**Provided entries**
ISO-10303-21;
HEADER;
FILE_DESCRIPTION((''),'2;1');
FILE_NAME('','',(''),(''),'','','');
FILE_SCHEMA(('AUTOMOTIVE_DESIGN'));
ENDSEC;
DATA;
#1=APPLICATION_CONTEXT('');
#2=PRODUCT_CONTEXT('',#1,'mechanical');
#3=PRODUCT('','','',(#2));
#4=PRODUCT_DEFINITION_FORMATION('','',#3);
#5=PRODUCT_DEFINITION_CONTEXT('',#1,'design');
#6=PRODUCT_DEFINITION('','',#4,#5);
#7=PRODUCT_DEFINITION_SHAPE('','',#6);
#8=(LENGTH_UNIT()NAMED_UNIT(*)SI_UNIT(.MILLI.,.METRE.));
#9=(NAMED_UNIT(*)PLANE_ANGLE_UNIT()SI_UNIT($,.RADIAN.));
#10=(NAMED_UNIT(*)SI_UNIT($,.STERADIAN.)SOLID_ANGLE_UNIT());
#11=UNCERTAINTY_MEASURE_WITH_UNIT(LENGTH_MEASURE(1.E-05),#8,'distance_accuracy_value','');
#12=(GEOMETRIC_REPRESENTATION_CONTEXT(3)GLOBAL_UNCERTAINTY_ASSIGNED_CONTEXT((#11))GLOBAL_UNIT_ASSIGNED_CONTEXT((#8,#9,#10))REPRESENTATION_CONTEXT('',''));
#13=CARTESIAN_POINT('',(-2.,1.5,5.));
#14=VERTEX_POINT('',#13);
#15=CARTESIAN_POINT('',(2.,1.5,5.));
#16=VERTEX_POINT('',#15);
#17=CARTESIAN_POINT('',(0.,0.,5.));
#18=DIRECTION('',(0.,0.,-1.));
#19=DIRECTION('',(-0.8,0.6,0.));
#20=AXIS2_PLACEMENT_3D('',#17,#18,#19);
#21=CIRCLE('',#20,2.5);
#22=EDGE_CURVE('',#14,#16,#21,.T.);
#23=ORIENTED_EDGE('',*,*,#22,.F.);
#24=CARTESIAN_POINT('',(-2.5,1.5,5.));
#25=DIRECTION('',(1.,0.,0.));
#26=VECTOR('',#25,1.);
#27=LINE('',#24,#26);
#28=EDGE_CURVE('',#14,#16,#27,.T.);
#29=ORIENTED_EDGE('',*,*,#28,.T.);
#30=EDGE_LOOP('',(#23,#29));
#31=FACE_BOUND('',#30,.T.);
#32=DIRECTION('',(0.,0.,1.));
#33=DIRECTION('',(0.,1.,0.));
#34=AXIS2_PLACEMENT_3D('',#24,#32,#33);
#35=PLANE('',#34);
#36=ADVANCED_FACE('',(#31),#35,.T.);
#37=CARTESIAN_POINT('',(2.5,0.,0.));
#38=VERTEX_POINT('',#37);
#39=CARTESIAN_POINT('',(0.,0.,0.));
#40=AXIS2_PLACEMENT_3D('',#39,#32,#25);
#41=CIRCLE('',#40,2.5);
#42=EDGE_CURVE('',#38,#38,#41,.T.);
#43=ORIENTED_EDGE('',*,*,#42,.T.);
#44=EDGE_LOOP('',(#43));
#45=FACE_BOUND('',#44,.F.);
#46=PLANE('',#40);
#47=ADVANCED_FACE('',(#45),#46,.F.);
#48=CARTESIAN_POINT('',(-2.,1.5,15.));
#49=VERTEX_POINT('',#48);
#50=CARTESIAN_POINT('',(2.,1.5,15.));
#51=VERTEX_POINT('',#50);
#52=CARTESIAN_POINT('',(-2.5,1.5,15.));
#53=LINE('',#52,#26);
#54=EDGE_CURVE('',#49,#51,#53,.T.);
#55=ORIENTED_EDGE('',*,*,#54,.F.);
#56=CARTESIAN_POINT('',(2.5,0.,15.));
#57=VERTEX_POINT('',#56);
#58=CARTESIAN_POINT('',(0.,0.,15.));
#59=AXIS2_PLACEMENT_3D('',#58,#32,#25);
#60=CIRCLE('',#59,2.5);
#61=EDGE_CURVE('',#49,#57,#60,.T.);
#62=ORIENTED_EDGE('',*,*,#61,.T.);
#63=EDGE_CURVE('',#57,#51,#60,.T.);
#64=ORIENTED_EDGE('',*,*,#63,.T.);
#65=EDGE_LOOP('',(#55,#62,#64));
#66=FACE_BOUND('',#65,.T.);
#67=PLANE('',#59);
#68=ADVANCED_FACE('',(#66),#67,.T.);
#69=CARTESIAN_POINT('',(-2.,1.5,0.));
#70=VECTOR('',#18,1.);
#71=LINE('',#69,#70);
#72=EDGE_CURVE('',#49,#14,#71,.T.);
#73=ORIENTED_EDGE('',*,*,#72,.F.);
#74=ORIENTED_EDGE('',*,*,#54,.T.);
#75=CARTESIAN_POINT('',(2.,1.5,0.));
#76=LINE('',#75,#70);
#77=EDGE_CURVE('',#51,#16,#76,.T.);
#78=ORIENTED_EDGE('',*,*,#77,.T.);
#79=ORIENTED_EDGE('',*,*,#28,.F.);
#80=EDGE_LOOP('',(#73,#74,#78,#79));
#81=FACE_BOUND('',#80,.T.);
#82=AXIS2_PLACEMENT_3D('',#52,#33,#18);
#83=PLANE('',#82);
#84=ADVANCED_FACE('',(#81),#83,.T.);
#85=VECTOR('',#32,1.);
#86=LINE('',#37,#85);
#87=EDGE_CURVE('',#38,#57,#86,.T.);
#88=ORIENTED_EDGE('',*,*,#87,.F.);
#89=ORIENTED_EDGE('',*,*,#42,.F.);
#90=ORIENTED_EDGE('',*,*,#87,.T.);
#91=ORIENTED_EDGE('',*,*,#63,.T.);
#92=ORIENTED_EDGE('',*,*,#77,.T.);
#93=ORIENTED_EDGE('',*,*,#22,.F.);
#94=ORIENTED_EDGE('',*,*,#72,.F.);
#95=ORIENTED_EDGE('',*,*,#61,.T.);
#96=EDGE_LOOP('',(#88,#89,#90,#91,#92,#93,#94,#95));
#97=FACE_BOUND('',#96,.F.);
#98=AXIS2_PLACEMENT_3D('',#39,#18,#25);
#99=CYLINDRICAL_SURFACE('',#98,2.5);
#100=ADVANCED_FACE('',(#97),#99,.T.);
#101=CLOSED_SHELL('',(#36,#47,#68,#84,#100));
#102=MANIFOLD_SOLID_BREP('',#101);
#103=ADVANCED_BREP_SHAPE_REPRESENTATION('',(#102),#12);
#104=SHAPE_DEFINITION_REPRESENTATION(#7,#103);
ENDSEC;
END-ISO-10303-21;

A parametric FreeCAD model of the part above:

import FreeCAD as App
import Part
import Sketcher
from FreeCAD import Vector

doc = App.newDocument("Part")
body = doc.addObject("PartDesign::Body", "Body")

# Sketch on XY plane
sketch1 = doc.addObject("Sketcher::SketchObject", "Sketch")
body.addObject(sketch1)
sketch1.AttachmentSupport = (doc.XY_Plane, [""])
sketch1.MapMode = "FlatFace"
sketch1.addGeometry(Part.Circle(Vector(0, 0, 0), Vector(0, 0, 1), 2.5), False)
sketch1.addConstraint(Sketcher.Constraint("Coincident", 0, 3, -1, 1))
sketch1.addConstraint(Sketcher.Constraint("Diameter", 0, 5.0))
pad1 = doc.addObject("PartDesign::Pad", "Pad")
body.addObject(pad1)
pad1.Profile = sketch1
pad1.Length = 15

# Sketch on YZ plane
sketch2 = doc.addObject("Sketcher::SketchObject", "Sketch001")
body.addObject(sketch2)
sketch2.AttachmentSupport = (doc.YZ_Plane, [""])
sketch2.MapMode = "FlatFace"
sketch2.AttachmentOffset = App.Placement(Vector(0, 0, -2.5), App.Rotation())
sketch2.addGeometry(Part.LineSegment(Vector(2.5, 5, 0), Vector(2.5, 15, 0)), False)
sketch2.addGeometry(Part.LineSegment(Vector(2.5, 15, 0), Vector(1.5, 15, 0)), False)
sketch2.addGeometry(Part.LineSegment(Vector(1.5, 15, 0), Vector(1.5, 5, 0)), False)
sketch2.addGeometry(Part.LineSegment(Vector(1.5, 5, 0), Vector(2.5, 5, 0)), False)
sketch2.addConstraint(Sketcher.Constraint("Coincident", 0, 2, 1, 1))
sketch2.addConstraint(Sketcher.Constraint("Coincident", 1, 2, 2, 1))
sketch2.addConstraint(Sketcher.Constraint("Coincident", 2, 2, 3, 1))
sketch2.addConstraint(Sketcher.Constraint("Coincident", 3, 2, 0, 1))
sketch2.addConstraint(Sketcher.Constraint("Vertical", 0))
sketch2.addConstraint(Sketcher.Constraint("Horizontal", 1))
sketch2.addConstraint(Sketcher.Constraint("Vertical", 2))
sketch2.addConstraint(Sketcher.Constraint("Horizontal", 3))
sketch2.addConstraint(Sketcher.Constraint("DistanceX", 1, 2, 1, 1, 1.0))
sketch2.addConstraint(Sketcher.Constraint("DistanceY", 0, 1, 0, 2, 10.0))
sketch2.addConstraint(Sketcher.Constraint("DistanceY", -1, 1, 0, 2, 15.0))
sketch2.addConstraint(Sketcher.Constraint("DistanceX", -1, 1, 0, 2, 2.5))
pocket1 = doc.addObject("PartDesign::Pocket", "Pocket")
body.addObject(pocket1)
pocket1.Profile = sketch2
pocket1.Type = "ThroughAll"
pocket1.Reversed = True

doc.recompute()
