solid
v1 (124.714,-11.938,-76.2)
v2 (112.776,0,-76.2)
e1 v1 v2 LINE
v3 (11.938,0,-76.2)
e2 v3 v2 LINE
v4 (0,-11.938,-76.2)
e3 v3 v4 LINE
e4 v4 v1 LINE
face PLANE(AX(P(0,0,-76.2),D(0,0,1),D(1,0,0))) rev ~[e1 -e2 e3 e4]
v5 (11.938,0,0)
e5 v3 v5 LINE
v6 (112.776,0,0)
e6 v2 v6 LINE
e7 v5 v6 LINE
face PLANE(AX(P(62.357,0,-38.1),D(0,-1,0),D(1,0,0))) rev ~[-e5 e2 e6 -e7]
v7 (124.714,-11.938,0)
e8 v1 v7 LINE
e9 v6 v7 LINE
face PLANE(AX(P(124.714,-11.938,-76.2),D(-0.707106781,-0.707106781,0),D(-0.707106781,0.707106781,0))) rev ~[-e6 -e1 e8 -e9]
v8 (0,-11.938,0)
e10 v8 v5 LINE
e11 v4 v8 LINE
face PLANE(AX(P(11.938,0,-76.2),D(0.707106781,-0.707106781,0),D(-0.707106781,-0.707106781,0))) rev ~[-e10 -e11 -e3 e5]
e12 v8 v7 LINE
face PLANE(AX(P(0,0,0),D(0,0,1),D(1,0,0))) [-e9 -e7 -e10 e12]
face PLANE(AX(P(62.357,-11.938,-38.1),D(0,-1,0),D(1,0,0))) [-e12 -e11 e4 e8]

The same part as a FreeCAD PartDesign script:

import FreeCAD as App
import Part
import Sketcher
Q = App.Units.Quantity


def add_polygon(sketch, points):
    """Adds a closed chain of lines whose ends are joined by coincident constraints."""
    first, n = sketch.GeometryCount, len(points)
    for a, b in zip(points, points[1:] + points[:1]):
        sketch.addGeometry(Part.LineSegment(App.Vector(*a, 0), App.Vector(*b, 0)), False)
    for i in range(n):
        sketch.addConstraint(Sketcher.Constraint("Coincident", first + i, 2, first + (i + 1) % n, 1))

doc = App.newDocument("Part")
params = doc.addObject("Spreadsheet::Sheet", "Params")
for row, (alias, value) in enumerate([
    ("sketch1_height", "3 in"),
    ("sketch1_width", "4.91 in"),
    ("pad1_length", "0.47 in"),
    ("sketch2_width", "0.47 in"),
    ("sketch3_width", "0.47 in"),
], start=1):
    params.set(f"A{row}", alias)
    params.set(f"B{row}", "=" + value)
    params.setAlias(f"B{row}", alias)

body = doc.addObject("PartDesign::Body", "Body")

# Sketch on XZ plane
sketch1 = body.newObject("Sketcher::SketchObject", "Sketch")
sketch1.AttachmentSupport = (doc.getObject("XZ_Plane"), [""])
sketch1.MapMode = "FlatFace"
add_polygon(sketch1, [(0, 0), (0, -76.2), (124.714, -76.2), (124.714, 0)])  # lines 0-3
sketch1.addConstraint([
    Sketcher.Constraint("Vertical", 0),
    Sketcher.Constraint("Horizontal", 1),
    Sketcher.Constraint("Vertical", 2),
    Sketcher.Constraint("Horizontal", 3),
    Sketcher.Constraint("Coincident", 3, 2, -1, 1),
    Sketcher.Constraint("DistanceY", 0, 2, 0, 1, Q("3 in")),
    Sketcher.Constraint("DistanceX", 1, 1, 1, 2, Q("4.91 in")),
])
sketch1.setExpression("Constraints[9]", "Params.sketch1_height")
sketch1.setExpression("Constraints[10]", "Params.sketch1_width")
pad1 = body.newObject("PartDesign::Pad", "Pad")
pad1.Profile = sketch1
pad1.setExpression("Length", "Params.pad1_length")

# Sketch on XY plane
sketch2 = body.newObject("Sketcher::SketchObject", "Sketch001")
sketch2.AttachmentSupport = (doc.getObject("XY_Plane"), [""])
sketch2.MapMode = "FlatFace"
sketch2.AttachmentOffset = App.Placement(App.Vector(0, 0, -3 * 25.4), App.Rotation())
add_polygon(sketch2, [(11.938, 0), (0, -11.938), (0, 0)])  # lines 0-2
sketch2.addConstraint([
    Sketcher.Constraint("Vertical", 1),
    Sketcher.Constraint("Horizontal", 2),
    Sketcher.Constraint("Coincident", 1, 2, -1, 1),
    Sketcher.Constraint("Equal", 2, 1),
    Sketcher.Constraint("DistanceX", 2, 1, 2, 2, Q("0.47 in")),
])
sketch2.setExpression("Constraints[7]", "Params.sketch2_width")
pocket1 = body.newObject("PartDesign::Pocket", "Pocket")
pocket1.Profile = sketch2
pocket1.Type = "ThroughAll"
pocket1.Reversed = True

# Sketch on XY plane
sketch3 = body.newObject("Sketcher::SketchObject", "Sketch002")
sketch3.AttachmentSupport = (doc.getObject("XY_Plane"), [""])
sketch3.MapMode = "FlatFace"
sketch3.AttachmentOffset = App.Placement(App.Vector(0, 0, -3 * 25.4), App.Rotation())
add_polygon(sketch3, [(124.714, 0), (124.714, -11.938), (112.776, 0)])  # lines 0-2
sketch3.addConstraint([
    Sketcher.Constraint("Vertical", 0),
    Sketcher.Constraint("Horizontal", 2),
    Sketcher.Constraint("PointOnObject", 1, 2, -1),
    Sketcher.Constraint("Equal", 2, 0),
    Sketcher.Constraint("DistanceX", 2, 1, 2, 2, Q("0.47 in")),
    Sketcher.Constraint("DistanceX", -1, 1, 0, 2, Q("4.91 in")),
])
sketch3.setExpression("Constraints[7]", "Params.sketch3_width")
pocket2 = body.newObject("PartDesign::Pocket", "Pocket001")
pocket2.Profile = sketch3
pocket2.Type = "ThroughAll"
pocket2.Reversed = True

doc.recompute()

**How to complete this task**
Each line above from the one with "#92=ORIENTED_EDGE('',*,*,#77,.T.);" up to and including the one with "A parametric FreeCAD" must be set down exactly, and no line outside that span may appear.

**Written answer**
#92=ORIENTED_EDGE('',*,*,#77,.T.);
#93=ORIENTED_EDGE('',*,*,#22,.F.);
#94=ORIENTED_EDGE('',*,*,#72,.F.);
#95=ORIENTED_EDGE('',*,*,#61,.T.);
#96=EDGE_LOOP('',(#88,#89,#90,#91,#92,#93,#94,#95));
#97=FACE_BOUND('',#96,.F.);
#98=AXIS2_PLACEMENT_3D('',#39,#18,#25);
#99=CYLINDRICAL_SURFACE('',#98,2.5);
#100=ADVANCED_FACE('',(#97),#99,.T.);
#101=CLOSED_SHELL('',(#36,#47,#68,#84,#100));
#102=MANIFOLD_SOLID_BREP('',#101);
#103=ADVANCED_BREP_SHAPE_REPRESENTATION('',(#102),#12);
#104=SHAPE_DEFINITION_REPRESENTATION(#7,#103);
ENDSEC;
END-ISO-10303-21;

A parametric FreeCAD model of the part above:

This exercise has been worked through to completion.